Saved data entries:
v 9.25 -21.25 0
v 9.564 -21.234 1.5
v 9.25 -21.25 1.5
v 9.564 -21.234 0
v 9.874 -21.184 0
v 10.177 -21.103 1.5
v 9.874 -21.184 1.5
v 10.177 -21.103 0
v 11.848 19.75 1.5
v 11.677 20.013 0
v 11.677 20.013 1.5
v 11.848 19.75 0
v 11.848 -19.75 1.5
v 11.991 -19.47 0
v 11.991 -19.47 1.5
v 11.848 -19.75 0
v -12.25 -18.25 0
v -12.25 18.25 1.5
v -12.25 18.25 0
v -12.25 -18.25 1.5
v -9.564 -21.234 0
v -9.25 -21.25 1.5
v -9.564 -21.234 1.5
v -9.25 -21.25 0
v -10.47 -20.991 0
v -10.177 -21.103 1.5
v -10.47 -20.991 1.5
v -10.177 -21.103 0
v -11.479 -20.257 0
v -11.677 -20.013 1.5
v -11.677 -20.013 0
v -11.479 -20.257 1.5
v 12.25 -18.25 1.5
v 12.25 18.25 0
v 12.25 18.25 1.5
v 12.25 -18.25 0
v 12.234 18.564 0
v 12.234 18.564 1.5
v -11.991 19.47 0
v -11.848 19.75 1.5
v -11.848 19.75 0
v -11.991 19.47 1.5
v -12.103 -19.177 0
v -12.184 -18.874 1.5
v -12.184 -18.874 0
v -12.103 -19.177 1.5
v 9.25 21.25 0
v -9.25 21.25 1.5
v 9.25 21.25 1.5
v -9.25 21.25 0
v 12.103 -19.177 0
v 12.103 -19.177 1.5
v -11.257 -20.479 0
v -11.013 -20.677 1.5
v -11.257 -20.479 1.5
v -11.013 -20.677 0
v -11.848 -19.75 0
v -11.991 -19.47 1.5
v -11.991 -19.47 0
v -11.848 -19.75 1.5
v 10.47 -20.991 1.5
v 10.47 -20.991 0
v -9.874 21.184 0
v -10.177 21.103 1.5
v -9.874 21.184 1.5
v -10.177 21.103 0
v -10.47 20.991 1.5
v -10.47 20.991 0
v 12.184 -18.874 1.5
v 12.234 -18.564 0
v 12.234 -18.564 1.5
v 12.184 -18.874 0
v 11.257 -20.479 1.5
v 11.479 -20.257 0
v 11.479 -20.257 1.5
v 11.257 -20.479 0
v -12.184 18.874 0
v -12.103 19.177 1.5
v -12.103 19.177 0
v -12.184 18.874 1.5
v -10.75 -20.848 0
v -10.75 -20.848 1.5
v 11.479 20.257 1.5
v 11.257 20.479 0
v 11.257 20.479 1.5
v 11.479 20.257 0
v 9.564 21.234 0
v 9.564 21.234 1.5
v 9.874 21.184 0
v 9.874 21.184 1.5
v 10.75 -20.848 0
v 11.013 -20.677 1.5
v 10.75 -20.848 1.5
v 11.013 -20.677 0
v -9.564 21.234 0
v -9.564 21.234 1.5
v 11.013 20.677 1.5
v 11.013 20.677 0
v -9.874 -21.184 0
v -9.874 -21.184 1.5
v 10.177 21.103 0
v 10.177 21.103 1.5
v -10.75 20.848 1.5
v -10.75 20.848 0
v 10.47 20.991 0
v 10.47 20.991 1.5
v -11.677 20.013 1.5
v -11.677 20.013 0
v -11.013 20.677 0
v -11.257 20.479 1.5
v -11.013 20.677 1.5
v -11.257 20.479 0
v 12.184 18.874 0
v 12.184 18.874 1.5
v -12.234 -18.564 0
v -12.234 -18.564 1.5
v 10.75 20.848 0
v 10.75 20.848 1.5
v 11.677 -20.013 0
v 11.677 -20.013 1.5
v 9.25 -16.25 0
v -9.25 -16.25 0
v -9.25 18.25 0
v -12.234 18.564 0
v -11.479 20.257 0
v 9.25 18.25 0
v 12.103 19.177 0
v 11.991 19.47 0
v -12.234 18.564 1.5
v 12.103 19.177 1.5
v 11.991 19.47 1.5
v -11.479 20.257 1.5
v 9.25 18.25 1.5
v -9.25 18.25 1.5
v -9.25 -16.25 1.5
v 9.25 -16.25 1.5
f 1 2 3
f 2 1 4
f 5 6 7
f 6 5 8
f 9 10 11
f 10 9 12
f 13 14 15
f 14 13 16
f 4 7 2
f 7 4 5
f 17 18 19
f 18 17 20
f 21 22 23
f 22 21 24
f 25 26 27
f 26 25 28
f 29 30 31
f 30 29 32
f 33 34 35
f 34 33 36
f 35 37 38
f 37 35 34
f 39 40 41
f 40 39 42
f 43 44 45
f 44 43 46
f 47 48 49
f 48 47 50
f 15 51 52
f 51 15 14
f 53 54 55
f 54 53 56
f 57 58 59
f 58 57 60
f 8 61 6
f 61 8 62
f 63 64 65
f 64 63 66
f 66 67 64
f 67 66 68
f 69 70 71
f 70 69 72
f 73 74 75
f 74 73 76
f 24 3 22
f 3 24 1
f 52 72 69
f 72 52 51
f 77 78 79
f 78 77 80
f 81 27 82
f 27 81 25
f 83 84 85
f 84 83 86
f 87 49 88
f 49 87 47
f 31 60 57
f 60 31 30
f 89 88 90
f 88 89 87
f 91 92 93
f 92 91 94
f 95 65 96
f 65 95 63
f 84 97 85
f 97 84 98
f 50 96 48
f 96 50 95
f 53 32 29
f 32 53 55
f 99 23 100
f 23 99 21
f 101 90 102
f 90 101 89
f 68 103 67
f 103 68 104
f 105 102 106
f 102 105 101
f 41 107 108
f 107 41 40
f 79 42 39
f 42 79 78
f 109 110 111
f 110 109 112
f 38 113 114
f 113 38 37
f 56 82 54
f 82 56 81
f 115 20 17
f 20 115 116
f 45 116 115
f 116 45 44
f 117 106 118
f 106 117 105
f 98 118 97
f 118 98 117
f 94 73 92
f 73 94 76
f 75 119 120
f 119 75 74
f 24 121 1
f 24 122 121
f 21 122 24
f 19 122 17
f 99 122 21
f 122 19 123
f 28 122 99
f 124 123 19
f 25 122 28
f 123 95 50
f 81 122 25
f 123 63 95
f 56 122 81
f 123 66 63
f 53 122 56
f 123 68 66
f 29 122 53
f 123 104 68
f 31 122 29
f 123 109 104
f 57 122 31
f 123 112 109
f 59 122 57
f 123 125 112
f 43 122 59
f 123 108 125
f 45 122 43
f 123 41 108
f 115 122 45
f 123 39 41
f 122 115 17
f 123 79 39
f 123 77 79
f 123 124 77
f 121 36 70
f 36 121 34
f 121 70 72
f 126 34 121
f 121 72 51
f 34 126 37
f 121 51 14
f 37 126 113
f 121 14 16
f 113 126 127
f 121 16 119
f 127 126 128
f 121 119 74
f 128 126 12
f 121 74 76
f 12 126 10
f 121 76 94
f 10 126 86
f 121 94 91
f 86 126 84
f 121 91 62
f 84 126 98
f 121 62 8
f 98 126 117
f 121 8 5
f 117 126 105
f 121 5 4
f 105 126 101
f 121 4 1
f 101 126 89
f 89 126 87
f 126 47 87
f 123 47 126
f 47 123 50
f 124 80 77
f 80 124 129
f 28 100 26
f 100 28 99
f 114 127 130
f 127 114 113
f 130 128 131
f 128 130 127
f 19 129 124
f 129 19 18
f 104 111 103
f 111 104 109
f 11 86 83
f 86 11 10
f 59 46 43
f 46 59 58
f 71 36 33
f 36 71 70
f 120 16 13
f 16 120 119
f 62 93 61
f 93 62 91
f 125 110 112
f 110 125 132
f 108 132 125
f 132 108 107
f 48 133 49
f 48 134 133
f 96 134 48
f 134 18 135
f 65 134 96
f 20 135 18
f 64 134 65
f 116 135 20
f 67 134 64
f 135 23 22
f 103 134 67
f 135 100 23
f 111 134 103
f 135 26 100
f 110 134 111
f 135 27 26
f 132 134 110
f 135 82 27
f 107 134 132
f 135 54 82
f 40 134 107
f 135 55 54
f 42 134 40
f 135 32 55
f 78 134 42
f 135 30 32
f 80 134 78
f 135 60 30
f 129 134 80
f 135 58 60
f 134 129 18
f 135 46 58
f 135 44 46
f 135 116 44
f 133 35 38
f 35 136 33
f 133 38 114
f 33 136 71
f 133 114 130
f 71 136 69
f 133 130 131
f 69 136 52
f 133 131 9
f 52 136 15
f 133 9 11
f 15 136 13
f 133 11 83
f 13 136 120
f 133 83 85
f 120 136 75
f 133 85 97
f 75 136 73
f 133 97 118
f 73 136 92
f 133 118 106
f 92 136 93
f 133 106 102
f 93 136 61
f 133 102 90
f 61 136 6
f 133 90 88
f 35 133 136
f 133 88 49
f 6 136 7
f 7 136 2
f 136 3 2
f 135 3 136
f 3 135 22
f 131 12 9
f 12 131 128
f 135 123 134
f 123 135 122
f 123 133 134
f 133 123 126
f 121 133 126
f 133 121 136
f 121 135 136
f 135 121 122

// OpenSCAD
// --- Matching Asymmetrical Bezel ---
board_l = 37.0;    
board_w = 20.0;    
wall = 2.0;        
corner_r = 3.0; // Matches Case Enclosure

lcd_w = 18.5; 
lcd_l = 34.5;

// Outer dimensions to match the case face
case_face_w = board_w + (wall * 2) + 0.5; 
case_face_l = board_l + (wall * 2) + 1.5;

// Screen alignment offset: 3mm USB side vs 1mm other side
// This shifts the window relative to the outer frame
usb_offset = 1.0; 

$fn = 60;

difference() {
    // 1. Outer Frame (Matches Case Face exactly)
    linear_extrude(1.5)
        offset(r = corner_r) 
            square([case_face_w - 2*corner_r, case_face_l - 2*corner_r], center=true);
    
    // 2. Window Cutout (Shifted to create 3mm/1mm asymmetry)
    translate([0, usb_offset, -1])
        linear_extrude(4)
            square([lcd_w, lcd_l], center=true);
}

■ Exercise instructions ■
Look above for the line with "v -11.479 -20.257 0"; retype exactly that line, every line after it up to the line with "v 10.75 -20.848 0", and that line too, nothing else.

■ Result of this task ■
v -11.479 -20.257 0
v -11.677 -20.013 1.5
v -11.677 -20.013 0
v -11.479 -20.257 1.5
v 12.25 -18.25 1.5
v 12.25 18.25 0
v 12.25 18.25 1.5
v 12.25 -18.25 0
v 12.234 18.564 0
v 12.234 18.564 1.5
v -11.991 19.47 0
v -11.848 19.75 1.5
v -11.848 19.75 0
v -11.991 19.47 1.5
v -12.103 -19.177 0
v -12.184 -18.874 1.5
v -12.184 -18.874 0
v -12.103 -19.177 1.5
v 9.25 21.25 0
v -9.25 21.25 1.5
v 9.25 21.25 1.5
v -9.25 21.25 0
v 12.103 -19.177 0
v 12.103 -19.177 1.5
v -11.257 -20.479 0
v -11.013 -20.677 1.5
v -11.257 -20.479 1.5
v -11.013 -20.677 0
v -11.848 -19.75 0
v -11.991 -19.47 1.5
v -11.991 -19.47 0
v -11.848 -19.75 1.5
v 10.47 -20.991 1.5
v 10.47 -20.991 0
v -9.874 21.184 0
v -10.177 21.103 1.5
v -9.874 21.184 1.5
v -10.177 21.103 0
v -10.47 20.991 1.5
v -10.47 20.991 0
v 12.184 -18.874 1.5
v 12.234 -18.564 0
v 12.234 -18.564 1.5
v 12.184 -18.874 0
v 11.257 -20.479 1.5
v 11.479 -20.257 0
v 11.479 -20.257 1.5
v 11.257 -20.479 0
v -12.184 18.874 0
v -12.103 19.177 1.5
v -12.103 19.177 0
v -12.184 18.874 1.5
v -10.75 -20.848 0
v -10.75 -20.848 1.5
v 11.479 20.257 1.5
v 11.257 20.479 0
v 11.257 20.479 1.5
v 11.479 20.257 0
v 9.564 21.234 0
v 9.564 21.234 1.5
v 9.874 21.184 0
v 9.874 21.184 1.5
v 10.75 -20.848 0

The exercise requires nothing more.